ATED / SDLT and the 2014 Budget – What does it really mean ?

I was reminded of how complex tax law is almost immediately after the recent UK budget announcements.
 
There are invariably winners and losers from overly complex tax law, on one hand it makes it harder for tax avoidance but equally can be disruptive for taxpayers in general and makes it very hard to assess a fair amount of tax.
 
In the middle of the various budget documents were announcements regarding the changes to the enveloping charge or ATED for short. These include not only a lowering of the threshold at which the ATED charge bites, to £500,000 but also to the application of the 15% Stamp Duty Land Tax rate to properties affected by these changes.
 
What are the ATED changes and when do they come into effect?
 
As the law stands now the ATED charge only applies to properties worth in excess of £2m.
 
From 1 April 2015 the ATED charge will be applied to properties worth more than £1m.

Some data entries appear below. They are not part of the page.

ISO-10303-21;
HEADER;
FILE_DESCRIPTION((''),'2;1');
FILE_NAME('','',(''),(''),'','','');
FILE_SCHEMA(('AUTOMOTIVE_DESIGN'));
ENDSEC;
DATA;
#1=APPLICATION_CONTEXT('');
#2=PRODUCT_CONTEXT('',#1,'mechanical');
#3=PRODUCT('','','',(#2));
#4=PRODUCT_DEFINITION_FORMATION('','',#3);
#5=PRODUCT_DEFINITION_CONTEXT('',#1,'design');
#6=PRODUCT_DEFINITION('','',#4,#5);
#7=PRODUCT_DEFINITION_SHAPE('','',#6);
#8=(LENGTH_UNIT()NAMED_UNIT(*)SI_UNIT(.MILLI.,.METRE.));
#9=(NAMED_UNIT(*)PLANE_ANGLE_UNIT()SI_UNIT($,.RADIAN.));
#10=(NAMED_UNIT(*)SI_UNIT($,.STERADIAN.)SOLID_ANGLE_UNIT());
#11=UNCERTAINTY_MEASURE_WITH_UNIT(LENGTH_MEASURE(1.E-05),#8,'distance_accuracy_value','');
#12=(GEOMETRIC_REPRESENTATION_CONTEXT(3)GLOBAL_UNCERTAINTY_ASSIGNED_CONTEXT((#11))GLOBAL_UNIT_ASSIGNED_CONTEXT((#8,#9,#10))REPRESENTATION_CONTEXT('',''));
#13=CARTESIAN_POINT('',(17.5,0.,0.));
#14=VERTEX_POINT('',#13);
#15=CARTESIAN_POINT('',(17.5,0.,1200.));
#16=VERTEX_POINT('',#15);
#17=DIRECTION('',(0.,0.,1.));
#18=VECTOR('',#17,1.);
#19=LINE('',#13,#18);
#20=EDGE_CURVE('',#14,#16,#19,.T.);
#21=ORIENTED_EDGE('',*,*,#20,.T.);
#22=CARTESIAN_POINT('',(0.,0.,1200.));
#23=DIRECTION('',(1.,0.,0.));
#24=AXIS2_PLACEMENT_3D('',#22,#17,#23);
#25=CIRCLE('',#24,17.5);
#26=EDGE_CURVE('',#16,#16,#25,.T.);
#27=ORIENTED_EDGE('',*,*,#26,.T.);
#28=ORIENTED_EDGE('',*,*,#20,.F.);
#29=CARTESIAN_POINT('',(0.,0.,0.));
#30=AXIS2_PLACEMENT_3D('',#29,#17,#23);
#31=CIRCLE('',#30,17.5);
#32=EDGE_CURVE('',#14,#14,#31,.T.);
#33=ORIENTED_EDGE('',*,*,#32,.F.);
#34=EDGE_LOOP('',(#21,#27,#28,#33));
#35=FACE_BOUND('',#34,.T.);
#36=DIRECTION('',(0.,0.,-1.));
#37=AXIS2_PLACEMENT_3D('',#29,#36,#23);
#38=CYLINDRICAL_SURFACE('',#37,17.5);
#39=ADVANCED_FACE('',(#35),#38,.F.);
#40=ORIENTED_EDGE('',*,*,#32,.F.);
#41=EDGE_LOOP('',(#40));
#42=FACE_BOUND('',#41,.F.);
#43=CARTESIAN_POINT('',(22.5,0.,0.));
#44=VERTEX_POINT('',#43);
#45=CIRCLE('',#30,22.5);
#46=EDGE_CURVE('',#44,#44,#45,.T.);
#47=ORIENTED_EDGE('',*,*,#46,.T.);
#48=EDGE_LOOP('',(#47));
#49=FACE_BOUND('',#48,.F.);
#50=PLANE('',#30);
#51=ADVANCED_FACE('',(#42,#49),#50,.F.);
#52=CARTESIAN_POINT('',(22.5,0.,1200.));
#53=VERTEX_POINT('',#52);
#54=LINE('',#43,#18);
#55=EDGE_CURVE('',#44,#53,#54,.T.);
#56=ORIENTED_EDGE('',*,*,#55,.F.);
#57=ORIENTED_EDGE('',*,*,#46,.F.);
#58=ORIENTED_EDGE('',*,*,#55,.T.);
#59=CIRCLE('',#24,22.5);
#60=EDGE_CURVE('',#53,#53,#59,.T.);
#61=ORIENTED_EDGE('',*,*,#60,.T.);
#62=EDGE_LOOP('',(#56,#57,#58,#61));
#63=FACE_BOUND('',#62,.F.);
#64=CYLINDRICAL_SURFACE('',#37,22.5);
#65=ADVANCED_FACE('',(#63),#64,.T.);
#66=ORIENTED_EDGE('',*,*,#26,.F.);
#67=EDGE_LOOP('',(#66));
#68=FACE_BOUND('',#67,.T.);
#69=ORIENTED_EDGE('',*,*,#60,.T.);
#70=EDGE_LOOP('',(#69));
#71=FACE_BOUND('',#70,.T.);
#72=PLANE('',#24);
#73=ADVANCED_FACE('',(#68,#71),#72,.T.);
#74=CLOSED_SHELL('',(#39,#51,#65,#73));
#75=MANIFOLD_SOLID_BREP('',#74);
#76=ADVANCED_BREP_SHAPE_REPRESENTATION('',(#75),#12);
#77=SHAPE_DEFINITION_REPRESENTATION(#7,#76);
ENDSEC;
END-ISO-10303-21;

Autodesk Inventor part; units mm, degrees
ref_plane "YZ Plane" through (0, 0, 0) normal (1, 0, 0) x (0, 1, 0)
ref_plane "XZ Plane" through (0, 0, 0) normal (0, 1, 0) x (-1, 0, 0)
ref_plane "XY Plane" through (0, 0, 0) normal (0, 0, 1) x (1, 0, 0)
sketch "Sketch1" plane through (0, 0, 0) normal (0, 0, 1) x (1, 0, 0)
  circle A0 centre (0, 0) radius 17.5
  circle A1 centre (0, 0) radius 22.5
  dimension "d0" = 35
  dimension "d1" = 45
extrude "Extrusion1" add sketch "Sketch1" along normal blind 1200
properties part number "Roller"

The annual charge for properties worth between £1m and £2m will be £7,000.
 
From 1 April 2016 the ATED charge will be applied to properties worth more than £500,000. The charge for properties worth between £500,000 and £1m will be £3,500.
 
Perhaps the changes indicate that the amount of money raised from the ATED charge was simply not enough. Reducing the levels at which a tax is charged naturally widens the tax base and increases tax yields.
 
The property value thresholds are not subject to any inflation adjustments so as the price of housing stock increases in time so the greater numbers of properties there will be that are caught by these changes.
 
This leads to a conclusion that what was originally classed as high value properties for ATED purposes is steadily being reduced to what many would consider to be average house prices for the greater London area. If house price inflation is assumed at 15% per annum then a property worth £500,000 in April 2016 may only be worth just under £380,000 today.
 
This will mean that there will be far more properties subject to ATED from April 2015. In some cases there may well not be immediate funds available to pay the ATED charge which will present its own challenges!
 
15% SDLT rate
The 15% rate was also extended from the day after budget day to certain residential properties bought by non-natural persons, ie companies, for more than £500,000.
 
We have already seen evidence of concerns that the 15% rate applied to all properties acquired by companies from the day after budget date and this could have led to some purchases being aborted. It has since been clarified that properties acquired for letting should not be subject to the 15% rate; the existing exemptions for genuine businesses are expected to remain which will be crucial for corporate acquisitions of property.